Physical motivation
Running molecular dynamics simulations at elevated temperatures or pressures is one of the most demanding practical uses of an MLIP. A model that looks good on static benchmarks can fail catastrophically in MD — producing unbounded forces, violating energy conservation, or crashing within picoseconds of simulation time. This benchmark quantifies simulation survival rate: what fraction of MD runs does a model complete without failing? It also measures inference speed (steps per second as a function of system size), which determines the practical cost of using a model for long-timescale simulations. Two protocols are tested:- Heating (NVT) — isochoric-isothermal molecular dynamics with a temperature ramp from 300 K to 3000 K over 10 ps
- Compression (NPT) — isothermal-isobaric molecular dynamics with simultaneous temperature (300 K → 3000 K) and pressure (0 GPa → 500 GPa) ramps over 10 ps
Structures tested
Simulations are run on structures from the RM24 dataset, which contains a diverse set of inorganic crystal structures spanning multiple chemical families.Temperature and pressure ranges
| Protocol | Ensemble | Temperature range | Pressure range | Duration |
|---|---|---|---|---|
| Heating | NVT (Nosé-Hoover) | 300 K → 3000 K | N/A | 10 ps |
| Compression | NPT (Nosé-Hoover) | 300 K → 3000 K | 0 → 500 GPa | 10 ps |
Metrics
| Metric | Description |
|---|---|
| Valid runs (%) | Percentage of simulations that complete the full duration without crashing |
| Normalized final step | Final simulation step divided by total target steps — a continuous survival proxy |
| Steps per second | MD throughput as a function of number of atoms (log-log scale) |
| Power-law scaling exponent | Fitted exponent n where steps/s ∝ N⁻ⁿ — measures how throughput degrades with system size |
Inference speed is measured and plotted on a log-log scale with power-law fits. The exponent n reflects the model’s scaling with system size — lower n means better scalability to large systems.
Model support
The following models have results for the stability benchmark. Support requires thegpu-tasks: stability entry and, for NPT, npt: true in the model registry.
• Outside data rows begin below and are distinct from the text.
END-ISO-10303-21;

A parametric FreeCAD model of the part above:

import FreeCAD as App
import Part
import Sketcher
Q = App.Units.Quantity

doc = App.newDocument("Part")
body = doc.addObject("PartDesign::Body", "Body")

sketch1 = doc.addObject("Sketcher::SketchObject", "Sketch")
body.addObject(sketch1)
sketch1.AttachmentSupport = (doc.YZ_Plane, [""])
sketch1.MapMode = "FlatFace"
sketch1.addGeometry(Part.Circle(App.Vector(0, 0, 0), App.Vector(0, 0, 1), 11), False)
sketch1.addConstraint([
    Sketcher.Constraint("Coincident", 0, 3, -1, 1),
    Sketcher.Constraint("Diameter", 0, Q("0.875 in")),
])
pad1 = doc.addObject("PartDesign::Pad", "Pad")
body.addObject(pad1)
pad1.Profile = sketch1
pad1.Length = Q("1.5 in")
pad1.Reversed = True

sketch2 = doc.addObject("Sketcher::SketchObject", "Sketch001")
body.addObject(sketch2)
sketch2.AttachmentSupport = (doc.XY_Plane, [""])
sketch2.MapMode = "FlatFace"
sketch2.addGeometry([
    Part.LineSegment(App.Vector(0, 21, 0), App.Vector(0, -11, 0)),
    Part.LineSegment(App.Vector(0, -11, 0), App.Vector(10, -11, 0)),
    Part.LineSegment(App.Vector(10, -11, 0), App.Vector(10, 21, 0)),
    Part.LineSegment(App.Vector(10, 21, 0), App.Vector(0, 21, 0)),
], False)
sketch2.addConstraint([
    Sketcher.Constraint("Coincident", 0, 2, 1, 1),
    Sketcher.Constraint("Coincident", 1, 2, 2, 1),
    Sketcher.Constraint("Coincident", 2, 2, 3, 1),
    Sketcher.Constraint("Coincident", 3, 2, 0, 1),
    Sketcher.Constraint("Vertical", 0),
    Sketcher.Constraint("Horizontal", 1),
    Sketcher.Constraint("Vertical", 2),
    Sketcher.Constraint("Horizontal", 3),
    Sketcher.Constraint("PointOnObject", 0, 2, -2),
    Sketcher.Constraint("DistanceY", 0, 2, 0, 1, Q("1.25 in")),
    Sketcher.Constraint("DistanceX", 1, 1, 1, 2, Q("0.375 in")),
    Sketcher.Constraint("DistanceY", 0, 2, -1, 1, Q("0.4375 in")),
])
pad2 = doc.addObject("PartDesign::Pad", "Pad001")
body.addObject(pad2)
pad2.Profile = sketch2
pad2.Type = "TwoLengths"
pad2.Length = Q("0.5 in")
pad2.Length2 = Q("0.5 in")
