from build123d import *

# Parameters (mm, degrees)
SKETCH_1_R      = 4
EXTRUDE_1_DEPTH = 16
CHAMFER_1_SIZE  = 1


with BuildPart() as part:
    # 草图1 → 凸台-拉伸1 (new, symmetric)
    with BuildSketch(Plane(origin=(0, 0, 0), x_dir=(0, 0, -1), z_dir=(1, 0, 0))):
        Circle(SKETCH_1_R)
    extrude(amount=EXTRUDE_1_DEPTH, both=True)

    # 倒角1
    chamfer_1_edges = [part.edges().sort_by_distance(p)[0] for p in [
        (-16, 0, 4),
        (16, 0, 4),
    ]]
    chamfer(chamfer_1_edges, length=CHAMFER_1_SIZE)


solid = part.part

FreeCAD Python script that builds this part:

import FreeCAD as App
import Part
import Sketcher

V = App.Vector


def edges_at(feature, points):
    """Names of the edges that pass closest to the given points."""
    edges = feature.Shape.Edges
    near = lambda p: min(range(len(edges)), key=lambda i: edges[i].distToShape(Part.Vertex(*p))[0])
    return sorted({f"Edge{near(p) + 1}" for p in points})

doc = App.newDocument("Part")
body = doc.addObject("PartDesign::Body", "Body")

# Sketch on YZ plane
sketch1 = body.newObject("Sketcher::SketchObject", "Sketch")
sketch1.AttachmentSupport = (doc.getObject("YZ_Plane"), [""])
sketch1.MapMode = "FlatFace"
sketch1.addGeometry(Part.Circle(V(0, 0, 0), V(0, 0, 1), 4), False)
sketch1.addConstraint(Sketcher.Constraint("Coincident", 0, 3, -1, 1))
sketch1.addConstraint(Sketcher.Constraint("Diameter", 0, 8.0))
pad1 = body.newObject("PartDesign::Pad", "Pad")
pad1.Profile = sketch1
pad1.Length = 32
pad1.Midplane = True
doc.recompute()

chamfer = body.newObject("PartDesign::Chamfer", "Chamfer")
chamfer.Base = (pad1, edges_at(pad1, [(-16, 0, 4), (16, 0, 4)]))
chamfer.Size = 1

doc.recompute()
| Model | NVT support | NPT support | Training data |
|---|---|---|---|
| MACE-MP(M) | Yes | Yes | MPTrj |
| MACE-MPA | Yes | Yes | MPTrj, Alexandria |
| CHGNet | Yes | Yes | MPTrj |
| M3GNet | Yes | Yes | MPF |
| MatterSim | Yes | Yes | MPTrj, Alexandria |
| ORBv2 | Yes | Yes | MPTrj, Alexandria |
| ORB | Yes | Yes | MPTrj, Alexandria |
| SevenNet | Yes | Yes | MPTrj |
How to run
Two Jupyter notebooks orchestrate the benchmark runs:benchmarks/stability/temperature.ipynb— NVT heating runsbenchmarks/stability/pressure.ipynb— NPT compression runs
Configure SLURM
Edit the cluster settings in
benchmarks/stability/run.py. The default allocates 4 GPUs per node with a 4-hour wall time.Run heating simulations
Open and run
benchmarks/stability/temperature.ipynb. Results are saved as <model>-heating.parquet files in benchmarks/stability/<family>/.Run compression simulations
Open and run
benchmarks/stability/pressure.ipynb. Results are saved as <model>-compression.parquet files.Interpreting results
Survival rate is the primary metric. A model that survives 100% of NVT heating runs is a prerequisite for use in production MD simulations at elevated temperatures. Models with survival rates below 50% should not be used for dynamics without careful per-system validation. Inference speed determines practical usability. The log-log speed vs. atoms plot reveals:- The absolute throughput at a given system size
- How throughput degrades as system size grows (the power-law exponent)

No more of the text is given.